▸ **Exercise objective**
Starting at the line containing "#56=ORIENTED_EDGE('',*,*,#55,.T.);" and ending at the line containing "#73=EDGE_CURVE('',#23,#46,#72,.T.);", print every line of the material below exactly, both ends included, and stop there.

Top of Supplied entries

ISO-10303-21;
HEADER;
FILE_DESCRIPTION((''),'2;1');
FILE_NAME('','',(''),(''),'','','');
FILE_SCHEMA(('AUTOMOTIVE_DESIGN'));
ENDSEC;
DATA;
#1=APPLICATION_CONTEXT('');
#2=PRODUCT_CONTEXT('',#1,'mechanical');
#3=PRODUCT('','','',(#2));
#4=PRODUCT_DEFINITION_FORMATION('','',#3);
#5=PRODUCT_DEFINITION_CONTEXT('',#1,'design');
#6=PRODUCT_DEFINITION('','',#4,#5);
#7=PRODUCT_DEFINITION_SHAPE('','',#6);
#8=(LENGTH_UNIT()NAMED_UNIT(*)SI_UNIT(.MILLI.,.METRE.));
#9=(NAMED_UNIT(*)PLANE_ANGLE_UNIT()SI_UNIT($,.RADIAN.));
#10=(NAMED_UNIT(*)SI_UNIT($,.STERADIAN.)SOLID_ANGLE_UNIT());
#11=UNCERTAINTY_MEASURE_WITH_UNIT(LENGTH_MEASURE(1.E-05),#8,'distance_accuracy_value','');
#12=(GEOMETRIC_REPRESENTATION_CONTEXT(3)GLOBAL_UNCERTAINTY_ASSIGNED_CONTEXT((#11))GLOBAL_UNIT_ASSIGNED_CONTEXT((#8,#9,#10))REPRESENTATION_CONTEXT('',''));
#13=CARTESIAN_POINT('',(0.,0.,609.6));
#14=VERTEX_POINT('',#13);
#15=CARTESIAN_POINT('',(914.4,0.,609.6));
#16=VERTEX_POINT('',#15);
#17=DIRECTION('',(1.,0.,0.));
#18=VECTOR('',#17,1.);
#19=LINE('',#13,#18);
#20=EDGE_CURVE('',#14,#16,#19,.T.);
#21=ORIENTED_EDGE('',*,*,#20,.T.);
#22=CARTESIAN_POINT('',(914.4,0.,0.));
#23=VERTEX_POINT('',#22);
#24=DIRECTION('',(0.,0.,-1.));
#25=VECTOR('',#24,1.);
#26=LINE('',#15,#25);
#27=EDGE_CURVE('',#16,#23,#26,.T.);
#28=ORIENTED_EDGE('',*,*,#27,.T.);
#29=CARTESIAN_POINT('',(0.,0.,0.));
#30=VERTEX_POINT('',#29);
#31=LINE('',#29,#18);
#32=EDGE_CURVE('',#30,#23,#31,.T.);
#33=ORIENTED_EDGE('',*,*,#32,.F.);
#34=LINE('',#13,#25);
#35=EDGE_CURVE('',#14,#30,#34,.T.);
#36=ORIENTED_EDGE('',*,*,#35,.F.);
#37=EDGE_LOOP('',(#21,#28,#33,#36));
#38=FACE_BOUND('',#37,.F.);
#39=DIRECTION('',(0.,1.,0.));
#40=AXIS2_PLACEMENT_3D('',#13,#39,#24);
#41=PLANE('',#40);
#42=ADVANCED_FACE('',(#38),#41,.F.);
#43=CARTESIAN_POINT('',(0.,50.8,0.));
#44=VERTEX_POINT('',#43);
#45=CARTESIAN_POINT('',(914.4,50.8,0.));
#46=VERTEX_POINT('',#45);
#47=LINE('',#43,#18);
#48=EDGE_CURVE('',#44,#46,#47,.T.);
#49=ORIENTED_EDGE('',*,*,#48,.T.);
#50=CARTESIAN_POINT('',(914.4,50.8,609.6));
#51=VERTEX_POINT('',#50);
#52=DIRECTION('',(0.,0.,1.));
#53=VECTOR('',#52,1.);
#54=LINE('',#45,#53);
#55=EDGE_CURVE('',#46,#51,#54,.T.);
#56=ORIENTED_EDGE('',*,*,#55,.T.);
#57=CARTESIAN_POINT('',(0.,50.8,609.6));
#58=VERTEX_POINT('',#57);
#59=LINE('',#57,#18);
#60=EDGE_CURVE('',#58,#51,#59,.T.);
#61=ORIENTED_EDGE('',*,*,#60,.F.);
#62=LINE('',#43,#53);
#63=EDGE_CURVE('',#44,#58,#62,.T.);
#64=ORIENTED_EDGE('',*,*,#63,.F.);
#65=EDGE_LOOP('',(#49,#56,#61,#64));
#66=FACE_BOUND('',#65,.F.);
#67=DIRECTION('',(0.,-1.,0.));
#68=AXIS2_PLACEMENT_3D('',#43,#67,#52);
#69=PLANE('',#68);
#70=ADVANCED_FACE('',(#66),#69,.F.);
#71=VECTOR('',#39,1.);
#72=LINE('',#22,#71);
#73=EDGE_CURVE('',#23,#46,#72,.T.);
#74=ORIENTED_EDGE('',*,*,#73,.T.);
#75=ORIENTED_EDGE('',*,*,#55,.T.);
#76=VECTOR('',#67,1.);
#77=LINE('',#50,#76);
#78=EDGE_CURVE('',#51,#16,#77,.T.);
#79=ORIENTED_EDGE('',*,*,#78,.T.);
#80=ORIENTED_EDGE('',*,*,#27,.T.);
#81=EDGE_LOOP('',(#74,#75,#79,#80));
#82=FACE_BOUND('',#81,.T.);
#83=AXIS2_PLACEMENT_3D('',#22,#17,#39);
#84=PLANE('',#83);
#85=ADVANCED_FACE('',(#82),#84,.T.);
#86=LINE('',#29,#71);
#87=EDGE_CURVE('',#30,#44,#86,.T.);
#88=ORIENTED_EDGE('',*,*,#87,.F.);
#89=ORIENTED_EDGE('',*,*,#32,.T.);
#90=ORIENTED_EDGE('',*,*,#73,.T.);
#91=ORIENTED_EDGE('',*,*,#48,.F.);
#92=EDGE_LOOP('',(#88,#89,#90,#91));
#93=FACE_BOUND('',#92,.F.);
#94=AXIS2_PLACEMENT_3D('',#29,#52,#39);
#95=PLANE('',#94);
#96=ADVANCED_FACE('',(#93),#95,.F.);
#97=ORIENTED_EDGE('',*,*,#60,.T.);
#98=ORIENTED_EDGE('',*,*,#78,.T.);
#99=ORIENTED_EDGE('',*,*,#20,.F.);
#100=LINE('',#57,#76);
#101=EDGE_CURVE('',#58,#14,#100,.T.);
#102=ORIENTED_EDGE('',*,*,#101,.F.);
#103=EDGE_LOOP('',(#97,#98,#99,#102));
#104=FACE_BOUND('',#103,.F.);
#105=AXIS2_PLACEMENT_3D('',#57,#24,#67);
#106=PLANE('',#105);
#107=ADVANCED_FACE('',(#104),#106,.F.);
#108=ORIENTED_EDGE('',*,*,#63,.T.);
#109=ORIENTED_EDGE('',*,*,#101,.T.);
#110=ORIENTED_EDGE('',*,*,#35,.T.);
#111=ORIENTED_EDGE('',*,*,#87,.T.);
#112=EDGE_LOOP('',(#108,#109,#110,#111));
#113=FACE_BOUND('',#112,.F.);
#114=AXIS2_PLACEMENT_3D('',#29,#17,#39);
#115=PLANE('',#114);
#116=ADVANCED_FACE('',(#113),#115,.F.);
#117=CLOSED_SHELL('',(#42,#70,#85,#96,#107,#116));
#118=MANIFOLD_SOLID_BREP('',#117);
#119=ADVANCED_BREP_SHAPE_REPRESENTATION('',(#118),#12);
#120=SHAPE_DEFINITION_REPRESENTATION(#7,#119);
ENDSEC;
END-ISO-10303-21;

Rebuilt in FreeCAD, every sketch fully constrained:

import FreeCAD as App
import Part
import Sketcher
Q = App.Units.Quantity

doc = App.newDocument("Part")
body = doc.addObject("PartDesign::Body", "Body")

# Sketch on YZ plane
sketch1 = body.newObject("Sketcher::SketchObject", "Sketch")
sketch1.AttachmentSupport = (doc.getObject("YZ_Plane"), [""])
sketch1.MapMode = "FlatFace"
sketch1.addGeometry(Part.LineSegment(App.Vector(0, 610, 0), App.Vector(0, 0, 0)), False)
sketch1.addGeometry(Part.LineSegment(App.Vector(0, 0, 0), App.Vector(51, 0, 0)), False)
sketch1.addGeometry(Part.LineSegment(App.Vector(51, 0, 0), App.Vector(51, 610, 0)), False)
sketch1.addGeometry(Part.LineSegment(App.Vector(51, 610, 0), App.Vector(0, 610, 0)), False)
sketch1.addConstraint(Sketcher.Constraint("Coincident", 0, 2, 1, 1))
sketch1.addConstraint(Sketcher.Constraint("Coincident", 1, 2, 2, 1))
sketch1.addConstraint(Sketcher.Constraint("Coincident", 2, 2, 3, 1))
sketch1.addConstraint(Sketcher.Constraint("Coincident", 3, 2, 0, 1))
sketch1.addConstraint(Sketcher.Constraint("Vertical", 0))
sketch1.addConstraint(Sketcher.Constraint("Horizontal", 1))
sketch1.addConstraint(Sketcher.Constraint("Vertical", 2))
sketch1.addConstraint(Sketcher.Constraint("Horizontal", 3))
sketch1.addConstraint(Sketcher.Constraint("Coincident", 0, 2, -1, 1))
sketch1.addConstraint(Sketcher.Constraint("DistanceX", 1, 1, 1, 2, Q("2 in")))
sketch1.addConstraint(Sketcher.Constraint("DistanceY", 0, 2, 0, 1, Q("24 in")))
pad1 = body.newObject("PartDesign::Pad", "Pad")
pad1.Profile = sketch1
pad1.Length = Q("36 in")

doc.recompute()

Bottom of Supplied entries

▸ **Result of the task**
#56=ORIENTED_EDGE('',*,*,#55,.T.);
#57=CARTESIAN_POINT('',(0.,50.8,609.6));
#58=VERTEX_POINT('',#57);
#59=LINE('',#57,#18);
#60=EDGE_CURVE('',#58,#51,#59,.T.);
#61=ORIENTED_EDGE('',*,*,#60,.F.);
#62=LINE('',#43,#53);
#63=EDGE_CURVE('',#44,#58,#62,.T.);
#64=ORIENTED_EDGE('',*,*,#63,.F.);
#65=EDGE_LOOP('',(#49,#56,#61,#64));
#66=FACE_BOUND('',#65,.F.);
#67=DIRECTION('',(0.,-1.,0.));
#68=AXIS2_PLACEMENT_3D('',#43,#67,#52);
#69=PLANE('',#68);
#70=ADVANCED_FACE('',(#66),#69,.F.);
#71=VECTOR('',#39,1.);
#72=LINE('',#22,#71);
#73=EDGE_CURVE('',#23,#46,#72,.T.);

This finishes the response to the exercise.